Falk started slowly, and so did the Hornets.
“We had a lot of pieces that were good,” Falk said, “we didn’t just mesh well together until the end of the season when we started to figure it out.”
They rebounded and won two of their last three games.
“We ran the ball well with our good blocking, and we were able to spread the defense out with our spread offense,” Falk said. “It helped our running backs find lanes to run through.”
Falk played multiple positions along the offensive line.
“I played primarily right tackle, but I would sometimes shift to right or left guard,” the 6’5″ 285-pound junior said. “I think pass pro is my strength. Then I am also good a clearing guys out of the hole and sealing the gaps.”
Falk knows where he needs to improve this summer.
“I want to be a beast in the running game. I think I have good technique in pass pro and can build on that, but I don’t think my run block is where it should be with my size. I need to work on my explosiveness in the run game. I need to work on staying low. At 6’5″, I need to get low, and if I can meet their level, I am going to win that battle.”

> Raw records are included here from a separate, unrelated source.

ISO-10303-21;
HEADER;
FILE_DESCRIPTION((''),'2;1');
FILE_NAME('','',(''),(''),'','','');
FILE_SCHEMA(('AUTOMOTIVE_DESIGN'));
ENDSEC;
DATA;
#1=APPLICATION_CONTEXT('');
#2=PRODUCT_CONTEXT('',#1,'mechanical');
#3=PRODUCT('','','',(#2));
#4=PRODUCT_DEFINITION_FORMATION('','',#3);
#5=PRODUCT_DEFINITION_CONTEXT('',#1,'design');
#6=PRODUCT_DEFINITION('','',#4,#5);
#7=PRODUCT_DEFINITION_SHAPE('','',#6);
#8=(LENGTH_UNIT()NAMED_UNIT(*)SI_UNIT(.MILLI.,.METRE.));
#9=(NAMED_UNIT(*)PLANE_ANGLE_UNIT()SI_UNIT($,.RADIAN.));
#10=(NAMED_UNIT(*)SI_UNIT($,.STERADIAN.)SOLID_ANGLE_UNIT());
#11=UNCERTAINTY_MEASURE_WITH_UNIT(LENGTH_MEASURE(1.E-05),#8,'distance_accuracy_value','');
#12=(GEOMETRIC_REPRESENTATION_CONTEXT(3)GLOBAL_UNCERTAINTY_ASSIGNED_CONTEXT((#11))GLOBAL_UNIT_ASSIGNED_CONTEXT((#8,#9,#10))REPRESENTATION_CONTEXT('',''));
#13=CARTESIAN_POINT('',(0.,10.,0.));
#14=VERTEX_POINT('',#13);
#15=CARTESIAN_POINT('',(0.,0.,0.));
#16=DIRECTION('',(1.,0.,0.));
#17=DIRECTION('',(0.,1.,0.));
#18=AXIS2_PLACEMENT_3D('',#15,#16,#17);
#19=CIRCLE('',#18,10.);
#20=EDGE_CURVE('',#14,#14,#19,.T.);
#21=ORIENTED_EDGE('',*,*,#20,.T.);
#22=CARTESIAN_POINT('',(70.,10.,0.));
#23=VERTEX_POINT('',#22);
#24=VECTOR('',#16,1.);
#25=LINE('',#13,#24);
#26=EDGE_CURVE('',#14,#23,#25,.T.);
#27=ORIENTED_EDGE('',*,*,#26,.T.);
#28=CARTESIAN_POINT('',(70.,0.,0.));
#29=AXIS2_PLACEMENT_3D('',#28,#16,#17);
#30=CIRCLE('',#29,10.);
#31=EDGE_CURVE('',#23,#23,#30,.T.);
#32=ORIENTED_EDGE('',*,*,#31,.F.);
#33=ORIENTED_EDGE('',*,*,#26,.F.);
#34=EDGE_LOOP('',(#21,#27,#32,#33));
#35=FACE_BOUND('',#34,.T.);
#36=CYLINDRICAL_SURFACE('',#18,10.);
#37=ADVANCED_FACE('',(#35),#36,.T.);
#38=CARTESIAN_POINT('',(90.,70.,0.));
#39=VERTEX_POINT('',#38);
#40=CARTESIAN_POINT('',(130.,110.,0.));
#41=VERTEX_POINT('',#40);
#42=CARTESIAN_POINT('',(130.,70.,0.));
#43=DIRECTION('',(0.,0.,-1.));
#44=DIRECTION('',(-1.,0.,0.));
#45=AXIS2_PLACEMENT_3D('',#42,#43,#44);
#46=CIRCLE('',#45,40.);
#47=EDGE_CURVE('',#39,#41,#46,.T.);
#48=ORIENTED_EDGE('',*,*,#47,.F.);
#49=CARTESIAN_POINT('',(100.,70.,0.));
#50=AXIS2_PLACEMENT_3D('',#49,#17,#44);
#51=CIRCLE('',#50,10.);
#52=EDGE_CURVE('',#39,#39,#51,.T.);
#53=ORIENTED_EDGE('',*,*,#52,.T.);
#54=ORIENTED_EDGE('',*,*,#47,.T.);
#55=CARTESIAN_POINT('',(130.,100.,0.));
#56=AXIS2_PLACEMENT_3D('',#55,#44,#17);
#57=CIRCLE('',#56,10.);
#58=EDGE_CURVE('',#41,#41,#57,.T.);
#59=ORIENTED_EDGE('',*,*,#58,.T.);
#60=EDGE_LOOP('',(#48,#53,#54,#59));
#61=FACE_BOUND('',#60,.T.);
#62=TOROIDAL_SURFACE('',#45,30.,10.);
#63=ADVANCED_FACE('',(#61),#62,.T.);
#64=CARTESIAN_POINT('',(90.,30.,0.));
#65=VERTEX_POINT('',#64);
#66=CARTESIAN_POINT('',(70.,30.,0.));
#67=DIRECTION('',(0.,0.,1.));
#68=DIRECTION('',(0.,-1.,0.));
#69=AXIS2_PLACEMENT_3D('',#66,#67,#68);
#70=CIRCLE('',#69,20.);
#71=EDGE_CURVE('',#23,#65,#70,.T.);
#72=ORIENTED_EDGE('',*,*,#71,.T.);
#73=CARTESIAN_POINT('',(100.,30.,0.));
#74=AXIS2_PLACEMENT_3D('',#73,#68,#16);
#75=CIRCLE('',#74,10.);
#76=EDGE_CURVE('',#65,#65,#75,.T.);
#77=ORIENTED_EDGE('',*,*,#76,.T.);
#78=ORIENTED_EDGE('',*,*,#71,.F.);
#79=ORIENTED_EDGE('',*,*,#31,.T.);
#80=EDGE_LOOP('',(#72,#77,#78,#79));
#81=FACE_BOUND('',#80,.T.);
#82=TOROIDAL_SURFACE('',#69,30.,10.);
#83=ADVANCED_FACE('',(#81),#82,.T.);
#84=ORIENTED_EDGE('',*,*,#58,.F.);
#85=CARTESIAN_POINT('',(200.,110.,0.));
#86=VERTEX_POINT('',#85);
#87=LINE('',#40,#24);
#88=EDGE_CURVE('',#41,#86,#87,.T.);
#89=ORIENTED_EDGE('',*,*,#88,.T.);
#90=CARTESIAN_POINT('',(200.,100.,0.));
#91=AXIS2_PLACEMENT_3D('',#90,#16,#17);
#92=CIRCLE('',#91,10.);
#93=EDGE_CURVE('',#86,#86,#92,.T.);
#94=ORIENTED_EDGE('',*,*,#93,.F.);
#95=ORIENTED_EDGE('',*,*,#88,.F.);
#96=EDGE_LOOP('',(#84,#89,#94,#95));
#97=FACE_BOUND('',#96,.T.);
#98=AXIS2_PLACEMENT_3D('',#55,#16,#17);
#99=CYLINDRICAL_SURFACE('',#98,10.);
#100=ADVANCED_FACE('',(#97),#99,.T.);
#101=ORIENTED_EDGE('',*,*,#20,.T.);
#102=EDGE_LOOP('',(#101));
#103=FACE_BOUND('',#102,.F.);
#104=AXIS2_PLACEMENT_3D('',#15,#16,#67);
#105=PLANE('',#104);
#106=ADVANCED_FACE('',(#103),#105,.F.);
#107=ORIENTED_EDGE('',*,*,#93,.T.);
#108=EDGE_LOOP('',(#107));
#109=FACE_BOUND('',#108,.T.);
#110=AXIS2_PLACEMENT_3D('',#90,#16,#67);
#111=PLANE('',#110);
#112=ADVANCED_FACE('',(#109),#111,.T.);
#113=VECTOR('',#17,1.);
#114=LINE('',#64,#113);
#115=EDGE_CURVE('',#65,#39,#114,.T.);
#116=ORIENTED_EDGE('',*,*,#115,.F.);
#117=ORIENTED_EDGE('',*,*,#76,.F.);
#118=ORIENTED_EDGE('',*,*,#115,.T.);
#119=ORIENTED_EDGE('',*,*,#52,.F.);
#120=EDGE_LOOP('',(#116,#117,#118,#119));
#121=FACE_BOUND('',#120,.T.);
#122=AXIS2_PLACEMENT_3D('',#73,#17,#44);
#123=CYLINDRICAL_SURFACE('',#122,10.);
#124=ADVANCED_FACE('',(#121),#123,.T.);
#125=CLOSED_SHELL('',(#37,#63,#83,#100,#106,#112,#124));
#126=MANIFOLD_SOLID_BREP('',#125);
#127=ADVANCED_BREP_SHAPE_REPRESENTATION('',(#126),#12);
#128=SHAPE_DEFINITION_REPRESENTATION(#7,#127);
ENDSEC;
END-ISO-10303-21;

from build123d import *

# Parameters (mm, degrees)
F1_R = 10


with BuildPart() as f2:
    # F2: sweep along a path in F0
    with BuildLine(Plane.XY) as f2_path:
        Line((0, 0), (70, 0))
        ThreePointArc((70, 0), (91.2132034356, 8.7867965644), (100, 30))
        Line((100, 30), (100, 70))
        ThreePointArc((100, 70), (108.7867965644, 91.2132034356), (130, 100))
        Line((130, 100), (200, 100))
    # F1 (on Right) → F2 (sweep)
    with BuildSketch(Plane.YZ):
        Circle(F1_R)
    sweep(path=f2_path.line)


solid = f2.part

He is a three-sport athlete, but his other sports purposely complement football.
“I still do train football twice a week at a gym, but I think it is important to cross-train. I lift in the morning, and then I wrestled in the winter and play rugby in the spring. It was my second year wrestling, and I fell in love with it. It is a good way to cross-train to get better feet and get more physical. It made me better at hand fighting in pass pro. I used to play basketball, but I wanted to do something that would correlate to football. In my first year, I think I had a record of 10-20. In my second year, I went 24-15. I made it to super sectionals and took fifth.”
His wrestling training didn’t stop with the high school season.
“I wrestle freestyle, but I am not good enough to go to tournaments. I just do it to get better at football and for fun.”
Rugby translates to football as well.
“Rugby helps me with my foot speed. I primarily run the ball. As an offensive lineman in football, it is kind of fun to run the ball in rugby.”
Before athletics ramped up for the junior, Falk was making noise nationally in a completely different competition.
” I used to go to chess tournaments. I used to go to nationals. When I was younger, once I took fifth or sixth in the nation. I still do it as a hobby and sometimes go to the chess club at Edina. I stopped playing seriously around seventh grade.”
Solid mentally and physically on and off the football field, Falk has started to get the attention of colleges, but he hopes his recruiting will ramp up this summer.
“Recruiting is going alright,” Falk said. “I think it is going to get better over the summer. North Dakota State wants me to go to a camp. South Dakota wants me to go to a camp, and some DII schools want me to go to their camps.”
With the lessons he learned his last two years in multiple sports, a successful camp season and a successful senior year are sure to give Falk plenty of options – putting his struggles as a sophomore well behind him.